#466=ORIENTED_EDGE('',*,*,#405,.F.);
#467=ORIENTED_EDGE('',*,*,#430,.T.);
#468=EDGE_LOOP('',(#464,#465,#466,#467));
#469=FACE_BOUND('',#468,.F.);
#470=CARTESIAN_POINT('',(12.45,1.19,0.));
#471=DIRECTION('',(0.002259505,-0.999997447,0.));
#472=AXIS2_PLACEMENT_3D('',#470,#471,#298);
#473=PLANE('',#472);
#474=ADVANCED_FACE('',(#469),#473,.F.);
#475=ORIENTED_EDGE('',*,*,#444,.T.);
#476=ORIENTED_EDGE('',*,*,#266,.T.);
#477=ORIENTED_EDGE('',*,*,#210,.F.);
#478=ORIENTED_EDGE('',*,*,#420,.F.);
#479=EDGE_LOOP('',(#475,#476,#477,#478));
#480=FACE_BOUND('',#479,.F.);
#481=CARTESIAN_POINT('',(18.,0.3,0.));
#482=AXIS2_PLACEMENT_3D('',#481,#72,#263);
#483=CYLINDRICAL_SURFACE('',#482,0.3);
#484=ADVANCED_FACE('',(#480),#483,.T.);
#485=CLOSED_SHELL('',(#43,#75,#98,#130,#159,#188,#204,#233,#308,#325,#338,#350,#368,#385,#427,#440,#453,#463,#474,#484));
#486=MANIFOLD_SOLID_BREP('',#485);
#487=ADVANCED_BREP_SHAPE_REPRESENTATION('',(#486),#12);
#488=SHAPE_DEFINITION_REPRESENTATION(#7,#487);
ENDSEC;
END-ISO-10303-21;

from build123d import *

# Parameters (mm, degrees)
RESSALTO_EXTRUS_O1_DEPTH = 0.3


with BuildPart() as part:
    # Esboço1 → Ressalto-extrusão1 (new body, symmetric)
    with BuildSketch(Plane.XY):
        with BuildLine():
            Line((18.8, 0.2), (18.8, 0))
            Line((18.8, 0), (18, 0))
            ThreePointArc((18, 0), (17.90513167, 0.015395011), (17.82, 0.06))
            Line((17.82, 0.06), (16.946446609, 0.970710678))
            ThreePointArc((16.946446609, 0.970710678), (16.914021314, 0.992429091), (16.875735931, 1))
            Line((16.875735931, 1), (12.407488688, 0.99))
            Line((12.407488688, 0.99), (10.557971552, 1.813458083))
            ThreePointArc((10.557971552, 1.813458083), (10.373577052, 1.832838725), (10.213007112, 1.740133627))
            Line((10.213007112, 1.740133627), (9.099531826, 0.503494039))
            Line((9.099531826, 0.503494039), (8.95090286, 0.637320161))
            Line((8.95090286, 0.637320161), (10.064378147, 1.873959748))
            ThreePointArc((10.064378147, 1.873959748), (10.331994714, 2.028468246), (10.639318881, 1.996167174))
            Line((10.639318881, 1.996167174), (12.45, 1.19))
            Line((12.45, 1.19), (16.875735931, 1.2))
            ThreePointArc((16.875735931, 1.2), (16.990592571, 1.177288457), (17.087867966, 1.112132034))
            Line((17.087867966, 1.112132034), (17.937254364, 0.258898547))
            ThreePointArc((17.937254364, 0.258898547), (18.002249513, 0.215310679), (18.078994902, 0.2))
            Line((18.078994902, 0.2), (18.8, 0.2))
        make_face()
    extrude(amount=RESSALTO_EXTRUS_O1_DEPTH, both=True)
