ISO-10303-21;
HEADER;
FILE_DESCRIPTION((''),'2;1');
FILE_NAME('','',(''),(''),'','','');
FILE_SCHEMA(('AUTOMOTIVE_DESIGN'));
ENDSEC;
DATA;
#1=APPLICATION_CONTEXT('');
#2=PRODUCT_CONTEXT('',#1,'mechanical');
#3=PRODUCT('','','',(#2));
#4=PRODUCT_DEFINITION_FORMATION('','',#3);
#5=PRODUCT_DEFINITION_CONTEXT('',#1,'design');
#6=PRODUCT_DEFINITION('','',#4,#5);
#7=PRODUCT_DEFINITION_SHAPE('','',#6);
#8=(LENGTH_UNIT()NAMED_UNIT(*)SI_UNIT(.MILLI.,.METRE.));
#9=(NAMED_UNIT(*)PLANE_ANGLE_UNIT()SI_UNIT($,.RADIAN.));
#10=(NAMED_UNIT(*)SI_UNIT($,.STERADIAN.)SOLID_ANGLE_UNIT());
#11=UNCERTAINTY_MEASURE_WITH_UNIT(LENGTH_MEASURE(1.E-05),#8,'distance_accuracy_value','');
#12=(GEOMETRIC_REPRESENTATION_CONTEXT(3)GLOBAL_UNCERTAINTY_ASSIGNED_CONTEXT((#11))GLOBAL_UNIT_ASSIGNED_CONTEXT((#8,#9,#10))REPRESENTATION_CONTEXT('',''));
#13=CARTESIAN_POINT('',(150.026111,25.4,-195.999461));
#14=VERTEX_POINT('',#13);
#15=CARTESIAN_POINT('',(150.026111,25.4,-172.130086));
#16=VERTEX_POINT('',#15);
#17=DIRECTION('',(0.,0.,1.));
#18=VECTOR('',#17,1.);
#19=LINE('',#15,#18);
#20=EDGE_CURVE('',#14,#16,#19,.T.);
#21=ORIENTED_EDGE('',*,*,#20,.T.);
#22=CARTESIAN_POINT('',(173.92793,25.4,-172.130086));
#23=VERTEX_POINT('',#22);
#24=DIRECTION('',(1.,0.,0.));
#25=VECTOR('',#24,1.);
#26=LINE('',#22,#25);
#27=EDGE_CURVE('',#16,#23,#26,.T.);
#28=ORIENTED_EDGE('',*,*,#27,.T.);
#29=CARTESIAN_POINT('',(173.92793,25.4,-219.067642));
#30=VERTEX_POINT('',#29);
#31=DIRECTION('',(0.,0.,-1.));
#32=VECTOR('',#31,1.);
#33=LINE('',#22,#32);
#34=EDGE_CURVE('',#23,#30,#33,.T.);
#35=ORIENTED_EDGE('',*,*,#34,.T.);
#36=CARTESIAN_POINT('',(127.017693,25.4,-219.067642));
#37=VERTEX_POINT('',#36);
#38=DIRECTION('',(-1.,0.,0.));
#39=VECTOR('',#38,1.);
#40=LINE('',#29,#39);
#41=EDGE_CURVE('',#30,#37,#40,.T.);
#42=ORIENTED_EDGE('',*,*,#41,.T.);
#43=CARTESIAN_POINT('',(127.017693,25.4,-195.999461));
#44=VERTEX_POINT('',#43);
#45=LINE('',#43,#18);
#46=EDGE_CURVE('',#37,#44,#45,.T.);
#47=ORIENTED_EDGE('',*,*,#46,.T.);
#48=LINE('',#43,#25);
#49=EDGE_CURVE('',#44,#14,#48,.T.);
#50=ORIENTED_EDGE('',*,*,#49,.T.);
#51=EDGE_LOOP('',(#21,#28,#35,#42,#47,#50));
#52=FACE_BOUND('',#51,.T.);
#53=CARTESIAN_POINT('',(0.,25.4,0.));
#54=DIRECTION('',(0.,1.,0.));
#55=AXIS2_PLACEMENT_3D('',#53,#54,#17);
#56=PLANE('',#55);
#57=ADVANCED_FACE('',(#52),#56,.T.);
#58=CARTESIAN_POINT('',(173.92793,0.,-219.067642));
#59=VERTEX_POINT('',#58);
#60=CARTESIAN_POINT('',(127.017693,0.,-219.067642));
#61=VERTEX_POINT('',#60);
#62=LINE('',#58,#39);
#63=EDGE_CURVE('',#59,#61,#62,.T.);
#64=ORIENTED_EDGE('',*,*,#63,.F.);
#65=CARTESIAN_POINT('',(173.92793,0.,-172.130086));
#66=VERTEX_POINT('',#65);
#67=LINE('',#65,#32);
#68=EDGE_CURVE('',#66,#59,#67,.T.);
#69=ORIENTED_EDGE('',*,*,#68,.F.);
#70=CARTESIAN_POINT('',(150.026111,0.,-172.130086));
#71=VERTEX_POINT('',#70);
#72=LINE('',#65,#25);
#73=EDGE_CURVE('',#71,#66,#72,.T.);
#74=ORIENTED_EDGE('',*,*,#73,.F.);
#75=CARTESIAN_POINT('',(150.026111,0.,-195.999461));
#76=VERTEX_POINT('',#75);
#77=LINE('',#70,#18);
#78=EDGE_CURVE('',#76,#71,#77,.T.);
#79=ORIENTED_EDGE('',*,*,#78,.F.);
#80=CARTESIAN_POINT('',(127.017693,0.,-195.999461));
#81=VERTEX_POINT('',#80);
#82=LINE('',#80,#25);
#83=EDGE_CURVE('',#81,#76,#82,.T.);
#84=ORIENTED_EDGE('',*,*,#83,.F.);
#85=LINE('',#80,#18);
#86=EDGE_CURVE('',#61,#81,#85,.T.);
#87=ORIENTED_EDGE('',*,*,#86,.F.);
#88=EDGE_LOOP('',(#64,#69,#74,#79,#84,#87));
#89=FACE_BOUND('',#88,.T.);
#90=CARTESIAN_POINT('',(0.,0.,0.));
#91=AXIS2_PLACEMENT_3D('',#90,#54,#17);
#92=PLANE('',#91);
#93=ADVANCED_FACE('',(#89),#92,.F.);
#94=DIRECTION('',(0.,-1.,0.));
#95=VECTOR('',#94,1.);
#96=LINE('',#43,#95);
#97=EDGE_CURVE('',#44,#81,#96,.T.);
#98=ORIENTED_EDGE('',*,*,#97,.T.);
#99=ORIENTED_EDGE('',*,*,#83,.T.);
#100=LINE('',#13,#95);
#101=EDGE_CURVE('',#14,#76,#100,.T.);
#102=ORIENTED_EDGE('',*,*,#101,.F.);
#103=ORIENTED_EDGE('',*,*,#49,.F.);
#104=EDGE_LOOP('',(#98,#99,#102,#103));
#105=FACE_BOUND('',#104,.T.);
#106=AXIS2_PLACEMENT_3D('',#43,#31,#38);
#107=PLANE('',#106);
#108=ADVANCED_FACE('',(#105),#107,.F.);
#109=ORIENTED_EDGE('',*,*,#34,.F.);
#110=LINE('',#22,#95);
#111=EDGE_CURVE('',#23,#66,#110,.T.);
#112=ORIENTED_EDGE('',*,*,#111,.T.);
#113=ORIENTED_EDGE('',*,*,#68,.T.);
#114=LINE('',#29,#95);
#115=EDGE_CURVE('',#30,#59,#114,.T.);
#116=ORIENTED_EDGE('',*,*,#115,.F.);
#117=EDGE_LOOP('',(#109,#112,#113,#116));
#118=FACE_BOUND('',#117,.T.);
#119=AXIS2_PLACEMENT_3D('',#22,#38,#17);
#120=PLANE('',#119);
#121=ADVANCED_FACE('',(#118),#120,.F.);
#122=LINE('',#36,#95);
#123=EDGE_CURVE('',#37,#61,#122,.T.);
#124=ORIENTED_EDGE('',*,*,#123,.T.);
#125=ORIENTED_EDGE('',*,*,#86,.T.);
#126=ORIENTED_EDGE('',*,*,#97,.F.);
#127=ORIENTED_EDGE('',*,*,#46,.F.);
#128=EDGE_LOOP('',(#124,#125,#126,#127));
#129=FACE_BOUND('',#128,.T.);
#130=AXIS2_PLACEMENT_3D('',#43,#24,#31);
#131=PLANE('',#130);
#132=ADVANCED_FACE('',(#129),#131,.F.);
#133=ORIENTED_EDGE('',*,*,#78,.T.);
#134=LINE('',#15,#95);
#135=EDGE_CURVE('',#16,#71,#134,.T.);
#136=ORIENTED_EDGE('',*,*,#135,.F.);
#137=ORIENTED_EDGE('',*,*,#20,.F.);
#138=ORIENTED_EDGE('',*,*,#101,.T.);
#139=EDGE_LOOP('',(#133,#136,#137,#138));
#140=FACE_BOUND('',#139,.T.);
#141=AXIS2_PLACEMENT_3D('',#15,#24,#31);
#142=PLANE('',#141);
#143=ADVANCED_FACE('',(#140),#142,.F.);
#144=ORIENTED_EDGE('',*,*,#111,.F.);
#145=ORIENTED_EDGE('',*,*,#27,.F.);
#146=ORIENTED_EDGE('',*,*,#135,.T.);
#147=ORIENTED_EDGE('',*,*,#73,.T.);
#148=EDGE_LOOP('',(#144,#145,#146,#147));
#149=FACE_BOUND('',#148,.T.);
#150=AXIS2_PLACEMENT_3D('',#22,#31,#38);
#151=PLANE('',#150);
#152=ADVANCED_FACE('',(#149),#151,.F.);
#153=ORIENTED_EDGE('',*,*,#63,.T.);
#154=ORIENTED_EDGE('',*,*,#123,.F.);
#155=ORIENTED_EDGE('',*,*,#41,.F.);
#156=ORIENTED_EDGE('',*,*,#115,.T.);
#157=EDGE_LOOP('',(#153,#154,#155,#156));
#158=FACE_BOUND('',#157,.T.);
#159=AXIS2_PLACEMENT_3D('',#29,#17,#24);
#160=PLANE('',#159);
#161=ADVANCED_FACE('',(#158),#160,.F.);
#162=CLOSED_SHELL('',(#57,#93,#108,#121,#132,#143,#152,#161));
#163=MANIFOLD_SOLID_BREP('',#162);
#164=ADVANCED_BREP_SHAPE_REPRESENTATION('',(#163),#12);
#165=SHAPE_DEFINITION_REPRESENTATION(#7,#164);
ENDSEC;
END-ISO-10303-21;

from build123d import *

# Parameters (mm, degrees)
BOSS_EXTRUDE1_DEPTH     = 25.4
BOSS_EXTRUDE1_2_DEPTH   = 25.4
CUT_EXTRUDE1_DEPTH      = 281.867791968
CUT_EXTRUDE1_DEPTH_BACK = 281.867791968
SKETCH2_OUTSIDE_W       = 232.096
SKETCH2_OUTSIDE_H       = 277.199
SKETCH2_OUTSIDE_W_2     = 46.910236734
SKETCH2_OUTSIDE_H_2     = 46.937556504


with BuildPart() as part:
    # Sketch1 → Boss-Extrude1 (new body)
    with BuildSketch(Plane(origin=(0, 0, 0), x_dir=(1, 0, 0), z_dir=(0, 1, 0))):
        with BuildLine():
            Line((0, 80.02759766), (0, 219.067642019))
            Line((0, 219.067642019), (103.040086398, 219.067642019))
            Line((103.040086398, 219.067642019), (103.040086398, 195.999460881))
            Line((103.040086398, 195.999460881), (23.011829096, 195.999460881))
            Line((23.011829096, 195.999460881), (23.011829096, 161.013213822))
            ThreePointArc((23.011829096, 161.013213822), (101.985495584, 126.901824422), (136.744902109, 48.211224327))
            ThreePointArc((136.744902109, 48.211224327), (146.280346481, 62.911008862), (150.026111113, 80.02759766))
            Line((150.026111113, 80.02759766), (150.026111113, 148.011746996))
            Line((150.026111113, 148.011746996), (172.974333949, 148.011746996))
            Line((172.974333949, 148.011746996), (172.974333949, 80.02759766))
            ThreePointArc((172.974333949, 80.02759766), (86.487166974, 0.037389651), (0, 80.02759766))
        make_face()
        with BuildLine():
            Line((23.011829096, 136.058182002), (23.011829096, 80.02759766))
            ThreePointArc((23.011829096, 80.02759766), (54.48283159, 31.69310754), (112.066438029, 28.410547154))
            ThreePointArc((112.066438029, 28.410547154), (90.841729512, 101.512108787), (23.011829096, 136.058182002))
        make_face(mode=Mode.SUBTRACT)
    extrude(amount=BOSS_EXTRUDE1_DEPTH)

    # Sketch2 outside → Cut-Extrude1 (cut, two sides: drawn at the far end of the back side and taken through both)
    with BuildSketch(Plane(origin=(0, 25.4, 0), x_dir=(1, 0, 0), z_dir=(0, 1, 0)).offset(-CUT_EXTRUDE1_DEPTH_BACK)):
        with Locations((86.964, 109.5525)):
            Rectangle(SKETCH2_OUTSIDE_W, SKETCH2_OUTSIDE_H)
        with Locations((150.472811492, 195.598863767)):
            Rectangle(SKETCH2_OUTSIDE_W_2, SKETCH2_OUTSIDE_H_2, mode=Mode.SUBTRACT)
    extrude(amount=CUT_EXTRUDE1_DEPTH + CUT_EXTRUDE1_DEPTH_BACK, mode=Mode.SUBTRACT)


with BuildPart() as body_2:
    # Sketch1 → Boss-Extrude1 2 (new body)
    with BuildSketch(Plane(origin=(0, 0, 0), x_dir=(1, 0, 0), z_dir=(0, 1, 0))):
        Polygon((173.927929859, 172.130085515), (150.026111113, 172.130085515), (150.026111113, 195.999460881), (127.017693125, 195.999460881), (127.017693125, 219.067642019), (173.927929859, 219.067642019), align=None)
    extrude(amount=BOSS_EXTRUDE1_2_DEPTH)


solid = body_2.part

YOUR INSTRUCTIONS >> Given the data above, transcribe exactly the lines from the one containing "FILE_NAME('','',(''),(''),'','','');" down to the one containing "#29=CARTESIAN_POINT('',(173.92793,25.4,-219.067642));", and no others.

OUTPUT OF THE EXERCISE >>
FILE_NAME('','',(''),(''),'','','');
FILE_SCHEMA(('AUTOMOTIVE_DESIGN'));
ENDSEC;
DATA;
#1=APPLICATION_CONTEXT('');
#2=PRODUCT_CONTEXT('',#1,'mechanical');
#3=PRODUCT('','','',(#2));
#4=PRODUCT_DEFINITION_FORMATION('','',#3);
#5=PRODUCT_DEFINITION_CONTEXT('',#1,'design');
#6=PRODUCT_DEFINITION('','',#4,#5);
#7=PRODUCT_DEFINITION_SHAPE('','',#6);
#8=(LENGTH_UNIT()NAMED_UNIT(*)SI_UNIT(.MILLI.,.METRE.));
#9=(NAMED_UNIT(*)PLANE_ANGLE_UNIT()SI_UNIT($,.RADIAN.));
#10=(NAMED_UNIT(*)SI_UNIT($,.STERADIAN.)SOLID_ANGLE_UNIT());
#11=UNCERTAINTY_MEASURE_WITH_UNIT(LENGTH_MEASURE(1.E-05),#8,'distance_accuracy_value','');
#12=(GEOMETRIC_REPRESENTATION_CONTEXT(3)GLOBAL_UNCERTAINTY_ASSIGNED_CONTEXT((#11))GLOBAL_UNIT_ASSIGNED_CONTEXT((#8,#9,#10))REPRESENTATION_CONTEXT('',''));
#13=CARTESIAN_POINT('',(150.026111,25.4,-195.999461));
#14=VERTEX_POINT('',#13);
#15=CARTESIAN_POINT('',(150.026111,25.4,-172.130086));
#16=VERTEX_POINT('',#15);
#17=DIRECTION('',(0.,0.,1.));
#18=VECTOR('',#17,1.);
#19=LINE('',#15,#18);
#20=EDGE_CURVE('',#14,#16,#19,.T.);
#21=ORIENTED_EDGE('',*,*,#20,.T.);
#22=CARTESIAN_POINT('',(173.92793,25.4,-172.130086));
#23=VERTEX_POINT('',#22);
#24=DIRECTION('',(1.,0.,0.));
#25=VECTOR('',#24,1.);
#26=LINE('',#22,#25);
#27=EDGE_CURVE('',#16,#23,#26,.T.);
#28=ORIENTED_EDGE('',*,*,#27,.T.);
#29=CARTESIAN_POINT('',(173.92793,25.4,-219.067642));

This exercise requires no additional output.